▶ **PROVIDED DATA**
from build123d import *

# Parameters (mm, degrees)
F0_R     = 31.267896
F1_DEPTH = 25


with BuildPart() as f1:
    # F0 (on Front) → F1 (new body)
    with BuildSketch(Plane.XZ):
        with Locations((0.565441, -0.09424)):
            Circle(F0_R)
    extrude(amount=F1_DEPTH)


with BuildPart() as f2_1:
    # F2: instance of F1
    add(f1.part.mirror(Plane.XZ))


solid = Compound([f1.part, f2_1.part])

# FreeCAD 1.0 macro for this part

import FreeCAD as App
import Part
import Sketcher
from FreeCAD import Vector
Q = App.Units.Quantity

doc = App.newDocument("Part")
body = doc.addObject("PartDesign::Body", "Body")

# Sketch on XZ plane
sketch1 = doc.addObject("Sketcher::SketchObject", "Sketch")
body.addObject(sketch1)
sketch1.AttachmentSupport = (doc.XZ_Plane, [""])
sketch1.MapMode = "FlatFace"
sketch1.addGeometry(Part.Circle(Vector(1, 0, 0), Vector(0, 0, 1), 31), False)
sketch1.addConstraint(Sketcher.Constraint("Diameter", 0, Q("62.535792 mm")))
sketch1.addConstraint(Sketcher.Constraint("DistanceX", -1, 1, 0, 3, Q("0.565441 mm")))
sketch1.addConstraint(Sketcher.Constraint("DistanceY", 0, 3, -1, 1, Q("0.09424 mm")))
pad1 = doc.addObject("PartDesign::Pad", "Pad")
body.addObject(pad1)
pad1.Profile = sketch1
pad1.Length = 25
body2 = doc.addObject("PartDesign::Body", "Body001")
doc.recompute()

mirroring = doc.addObject("Part::Mirroring", "Mirroring")
mirroring.Source = body
mirroring.Base = Vector(0, 0, 0)
mirroring.Normal = Vector(0, -1, 0)
body2.BaseFeature = mirroring
doc.recompute()
mirroring.Visibility = False

doc.recompute()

▶ **WHAT IS REQUIRED**
Copy, exactly and only, the lines above that begin with the one containing "add(f1.part.mirror(Plane.XZ))" and finish with the one containing "# FreeCAD 1.0 macro for this part".

▶ **SOLUTION BELOW**
    add(f1.part.mirror(Plane.XZ))


solid = Compound([f1.part, f2_1.part])

# FreeCAD 1.0 macro for this part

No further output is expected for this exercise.